--- AVAILABLE RECORDS ---

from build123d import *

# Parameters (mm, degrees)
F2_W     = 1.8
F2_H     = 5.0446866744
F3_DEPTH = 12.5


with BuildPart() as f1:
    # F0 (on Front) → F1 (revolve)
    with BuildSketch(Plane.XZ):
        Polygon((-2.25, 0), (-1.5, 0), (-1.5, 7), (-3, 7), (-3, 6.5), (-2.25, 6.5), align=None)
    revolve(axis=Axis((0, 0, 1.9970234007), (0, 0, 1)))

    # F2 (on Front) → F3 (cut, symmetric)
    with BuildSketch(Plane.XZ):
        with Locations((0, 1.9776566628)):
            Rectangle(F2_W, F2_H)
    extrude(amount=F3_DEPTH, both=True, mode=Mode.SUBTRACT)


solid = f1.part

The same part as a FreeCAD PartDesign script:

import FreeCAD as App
import Part
import Sketcher
from FreeCAD import Vector
Q = App.Units.Quantity


def add_polygon(sketch, points):
    """Adds a closed chain of lines whose ends are joined by coincident constraints."""
    first, n = sketch.GeometryCount, len(points)
    for a, b in zip(points, points[1:] + points[:1]):
        sketch.addGeometry(Part.LineSegment(App.Vector(*a, 0), App.Vector(*b, 0)), False)
    for i in range(n):
        sketch.addConstraint(Sketcher.Constraint("Coincident", first + i, 2, first + (i + 1) % n, 1))

doc = App.newDocument("Part")
body = doc.addObject("PartDesign::Body", "Body")

# Sketch on XZ plane
sketch1 = body.newObject("Sketcher::SketchObject", "Sketch")
sketch1.AttachmentSupport = (doc.getObject("XZ_Plane"), [""])
sketch1.MapMode = "FlatFace"
add_polygon(sketch1, [(-2.2, 0), (-1.5, 0), (-1.5, 7), (-3, 7), (-3, 6.5), (-2.2, 6.5)])  # lines 0-5
sketch1.addConstraint([
    Sketcher.Constraint("Horizontal", 0),
    Sketcher.Constraint("Vertical", 1),
    Sketcher.Constraint("Horizontal", 2),
    Sketcher.Constraint("Vertical", 3),
    Sketcher.Constraint("Horizontal", 4),
    Sketcher.Constraint("Vertical", 5),
    Sketcher.Constraint("PointOnObject", 0, 2, -1),
    Sketcher.Constraint("Equal", 0, 4),
    Sketcher.Constraint("DistanceY", 1, 1, 1, 2, Q("7 mm")),
    Sketcher.Constraint("DistanceX", 2, 2, 2, 1, Q("1.5 mm")),
    Sketcher.Constraint("DistanceY", 3, 2, 3, 1, Q("0.5 mm")),
    Sketcher.Constraint("DistanceX", 2, 2, -1, 1, Q("3 mm")),
])
revolution = body.newObject("PartDesign::Revolution", "Revolution")
revolution.Profile = sketch1
revolution.ReferenceAxis = (sketch1, ["V_Axis"])
revolution.Angle = 360

# Sketch on XZ plane
sketch2 = body.newObject("Sketcher::SketchObject", "Sketch001")
sketch2.AttachmentSupport = (doc.getObject("XZ_Plane"), [""])
sketch2.MapMode = "FlatFace"
add_polygon(sketch2, [(-0.9, 4.5), (-0.9, -0.5), (0.9, -0.5), (0.9, 4.5)])  # lines 0-3
sketch2.addConstraint([
    Sketcher.Constraint("Vertical", 0),
    Sketcher.Constraint("Horizontal", 1),
    Sketcher.Constraint("Vertical", 2),
    Sketcher.Constraint("Horizontal", 3),
    Sketcher.Constraint("DistanceX", 1, 1, 1, 2, Q("1.8 mm")),
    Sketcher.Constraint("DistanceX", 0, 2, -1, 1, Q("0.9 mm")),
    Sketcher.Constraint("DistanceY", -1, 1, 2, 2, Q("4.5 mm")),
    Sketcher.Constraint("DistanceY", 0, 2, 0, 1, Q("5.044687 mm")),
])
pocket1 = body.newObject("PartDesign::Pocket", "Pocket")
pocket1.Profile = sketch2
pocket1.Length = 25
pocket1.Midplane = True

doc.recompute()
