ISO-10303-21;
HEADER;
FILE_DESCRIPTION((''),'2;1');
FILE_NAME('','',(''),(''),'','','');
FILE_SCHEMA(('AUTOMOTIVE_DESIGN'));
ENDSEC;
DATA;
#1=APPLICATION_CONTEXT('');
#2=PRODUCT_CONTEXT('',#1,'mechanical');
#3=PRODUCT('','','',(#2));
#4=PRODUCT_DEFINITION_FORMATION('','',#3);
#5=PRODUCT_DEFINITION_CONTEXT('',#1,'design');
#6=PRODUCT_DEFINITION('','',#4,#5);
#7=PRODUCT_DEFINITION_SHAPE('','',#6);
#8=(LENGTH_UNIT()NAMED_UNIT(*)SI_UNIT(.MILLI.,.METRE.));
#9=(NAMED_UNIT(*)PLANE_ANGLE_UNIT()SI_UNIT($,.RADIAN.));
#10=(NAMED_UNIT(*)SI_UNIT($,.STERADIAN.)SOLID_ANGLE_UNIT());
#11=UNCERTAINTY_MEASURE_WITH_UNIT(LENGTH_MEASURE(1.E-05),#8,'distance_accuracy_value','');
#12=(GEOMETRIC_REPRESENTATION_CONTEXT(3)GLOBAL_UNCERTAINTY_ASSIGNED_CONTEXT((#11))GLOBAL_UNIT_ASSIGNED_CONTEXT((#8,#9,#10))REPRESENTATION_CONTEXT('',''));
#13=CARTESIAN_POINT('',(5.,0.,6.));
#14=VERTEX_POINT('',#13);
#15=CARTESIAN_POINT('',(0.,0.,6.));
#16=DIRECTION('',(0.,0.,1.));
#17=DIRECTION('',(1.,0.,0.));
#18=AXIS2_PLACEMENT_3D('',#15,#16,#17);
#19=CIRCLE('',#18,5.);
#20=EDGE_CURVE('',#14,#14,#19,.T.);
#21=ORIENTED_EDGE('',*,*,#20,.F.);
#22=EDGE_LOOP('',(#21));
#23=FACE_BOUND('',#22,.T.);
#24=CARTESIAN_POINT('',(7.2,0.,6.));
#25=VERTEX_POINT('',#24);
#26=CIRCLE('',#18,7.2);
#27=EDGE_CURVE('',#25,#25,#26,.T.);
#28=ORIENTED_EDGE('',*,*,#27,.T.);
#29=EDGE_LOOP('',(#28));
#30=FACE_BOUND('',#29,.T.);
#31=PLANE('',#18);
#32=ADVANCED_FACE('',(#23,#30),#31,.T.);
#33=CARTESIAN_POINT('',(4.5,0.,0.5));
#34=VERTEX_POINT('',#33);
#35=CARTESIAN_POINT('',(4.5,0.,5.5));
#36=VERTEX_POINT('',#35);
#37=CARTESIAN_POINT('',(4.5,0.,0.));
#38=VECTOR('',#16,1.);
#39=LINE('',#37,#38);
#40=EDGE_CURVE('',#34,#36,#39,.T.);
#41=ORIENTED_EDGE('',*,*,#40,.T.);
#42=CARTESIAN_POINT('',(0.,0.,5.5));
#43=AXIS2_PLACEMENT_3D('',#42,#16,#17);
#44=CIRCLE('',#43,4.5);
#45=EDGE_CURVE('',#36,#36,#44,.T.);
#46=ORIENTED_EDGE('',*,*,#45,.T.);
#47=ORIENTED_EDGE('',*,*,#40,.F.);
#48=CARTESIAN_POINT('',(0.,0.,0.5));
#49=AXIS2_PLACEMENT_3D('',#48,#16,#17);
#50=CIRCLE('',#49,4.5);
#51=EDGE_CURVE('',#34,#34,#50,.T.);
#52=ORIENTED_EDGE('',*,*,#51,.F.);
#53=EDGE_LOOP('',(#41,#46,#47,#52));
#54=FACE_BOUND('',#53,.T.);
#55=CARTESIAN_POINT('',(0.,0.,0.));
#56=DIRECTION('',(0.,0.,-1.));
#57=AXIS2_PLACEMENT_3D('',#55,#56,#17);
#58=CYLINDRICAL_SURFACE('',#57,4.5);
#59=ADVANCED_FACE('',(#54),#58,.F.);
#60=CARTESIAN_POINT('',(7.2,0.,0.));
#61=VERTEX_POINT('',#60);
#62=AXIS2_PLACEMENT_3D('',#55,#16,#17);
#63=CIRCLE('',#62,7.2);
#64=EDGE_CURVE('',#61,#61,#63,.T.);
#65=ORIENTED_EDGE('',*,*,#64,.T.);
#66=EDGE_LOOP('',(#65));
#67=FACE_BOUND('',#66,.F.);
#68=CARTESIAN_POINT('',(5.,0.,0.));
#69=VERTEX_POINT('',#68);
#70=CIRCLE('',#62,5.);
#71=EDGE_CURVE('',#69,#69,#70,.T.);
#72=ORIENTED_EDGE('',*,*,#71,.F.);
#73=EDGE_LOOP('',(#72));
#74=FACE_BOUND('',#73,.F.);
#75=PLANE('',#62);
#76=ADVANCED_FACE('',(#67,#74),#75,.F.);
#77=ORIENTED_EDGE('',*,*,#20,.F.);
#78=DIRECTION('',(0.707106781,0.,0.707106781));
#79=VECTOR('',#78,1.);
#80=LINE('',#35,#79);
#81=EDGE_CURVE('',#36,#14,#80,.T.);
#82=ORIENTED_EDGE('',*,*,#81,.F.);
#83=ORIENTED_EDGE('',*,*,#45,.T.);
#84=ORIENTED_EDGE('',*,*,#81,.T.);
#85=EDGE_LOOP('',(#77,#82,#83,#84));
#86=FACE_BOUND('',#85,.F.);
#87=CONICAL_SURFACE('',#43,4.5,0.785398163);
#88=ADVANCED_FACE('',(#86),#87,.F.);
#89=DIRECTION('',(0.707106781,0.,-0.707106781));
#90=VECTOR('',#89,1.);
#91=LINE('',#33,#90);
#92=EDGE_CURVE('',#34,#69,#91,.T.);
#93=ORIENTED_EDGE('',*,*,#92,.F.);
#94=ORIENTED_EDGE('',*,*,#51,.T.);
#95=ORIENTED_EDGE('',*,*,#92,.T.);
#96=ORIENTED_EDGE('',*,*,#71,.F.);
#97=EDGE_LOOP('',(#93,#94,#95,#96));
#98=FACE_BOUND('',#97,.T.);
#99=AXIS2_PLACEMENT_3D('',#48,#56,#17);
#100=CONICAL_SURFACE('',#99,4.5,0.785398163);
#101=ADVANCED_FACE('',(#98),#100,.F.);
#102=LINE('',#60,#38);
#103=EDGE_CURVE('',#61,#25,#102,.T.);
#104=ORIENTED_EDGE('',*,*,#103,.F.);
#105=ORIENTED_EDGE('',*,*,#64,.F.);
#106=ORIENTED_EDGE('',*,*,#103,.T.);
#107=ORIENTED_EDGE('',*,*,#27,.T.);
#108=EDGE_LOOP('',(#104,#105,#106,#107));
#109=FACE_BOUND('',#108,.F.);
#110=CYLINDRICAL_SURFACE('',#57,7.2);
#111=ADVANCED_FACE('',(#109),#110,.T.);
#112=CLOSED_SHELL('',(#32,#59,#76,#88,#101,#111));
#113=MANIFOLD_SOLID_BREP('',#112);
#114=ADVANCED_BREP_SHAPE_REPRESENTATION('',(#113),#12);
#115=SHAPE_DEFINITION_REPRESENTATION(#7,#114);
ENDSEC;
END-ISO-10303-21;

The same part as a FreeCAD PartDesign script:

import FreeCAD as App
import Part
import Sketcher
from FreeCAD import Vector
Q = App.Units.Quantity


def edges_at(feature, points):
    """Names of the edges that pass closest to the given points."""
    edges = feature.Shape.Edges
    near = lambda p: min(range(len(edges)), key=lambda i: edges[i].distToShape(Part.Vertex(*p))[0])
    return sorted({f"Edge{near(p) + 1}" for p in points})

doc = App.newDocument("Part")
params = doc.addObject("Spreadsheet::Sheet", "Params")
for row, (alias, value) in enumerate([
    ("sketch1_diameter", "9 mm"),
    ("sketch1_diameter2", "14.4 mm"),
    ("pad1_length", "6 mm"),
    ("chamfer_size", "0.5 mm"),
    ("chamfer_size2", "0.5 mm"),
], start=1):
    params.set(f"A{row}", alias)
    params.set(f"B{row}", "=" + value)
    params.setAlias(f"B{row}", alias)

body = doc.addObject("PartDesign::Body", "Body")

sketch1 = doc.addObject("Sketcher::SketchObject", "Sketch")
body.addObject(sketch1)
sketch1.AttachmentSupport = (doc.XY_Plane, [""])
sketch1.MapMode = "FlatFace"
sketch1.addGeometry([
    Part.Circle(Vector(0, 0, 0), Vector(0, 0, 1), 7.2),
    Part.Circle(Vector(0, 0, 0), Vector(0, 0, 1), 4.5),
], False)
sketch1.addConstraint([
    Sketcher.Constraint("Coincident", 0, 3, -1, 1),
    Sketcher.Constraint("Coincident", 1, 3, -1, 1),
    Sketcher.Constraint("Diameter", 1, Q("9 mm")),
    Sketcher.Constraint("Diameter", 0, Q("14.4 mm")),
])
sketch1.setExpression("Constraints[2]", "Params.sketch1_diameter")
sketch1.setExpression("Constraints[3]", "Params.sketch1_diameter2")
pad1 = doc.addObject("PartDesign::Pad", "Pad")
body.addObject(pad1)
pad1.Profile = sketch1
pad1.setExpression("Length", "Params.pad1_length")
doc.recompute()

chamfer = doc.addObject("PartDesign::Chamfer", "Chamfer")
body.addObject(chamfer)
chamfer.Base = (pad1, edges_at(pad1, [(-4.5, 0, 0), (4.5, 0, 3), (-4.5, 0, 6)]))
chamfer.ChamferType = "Two distances"
chamfer.setExpression("Size", "Params.chamfer_size")
chamfer.setExpression("Size2", "Params.chamfer_size2")

doc.recompute()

---

§ **WORK ITEM**:
Please find every line in the records that contains the word "Front", and copy it out.

§ **RESULT OF THE TASK**:
    # F0 (on Front) → F1 (revolve)
    # F2 (on Front) → F3 (cut, symmetric)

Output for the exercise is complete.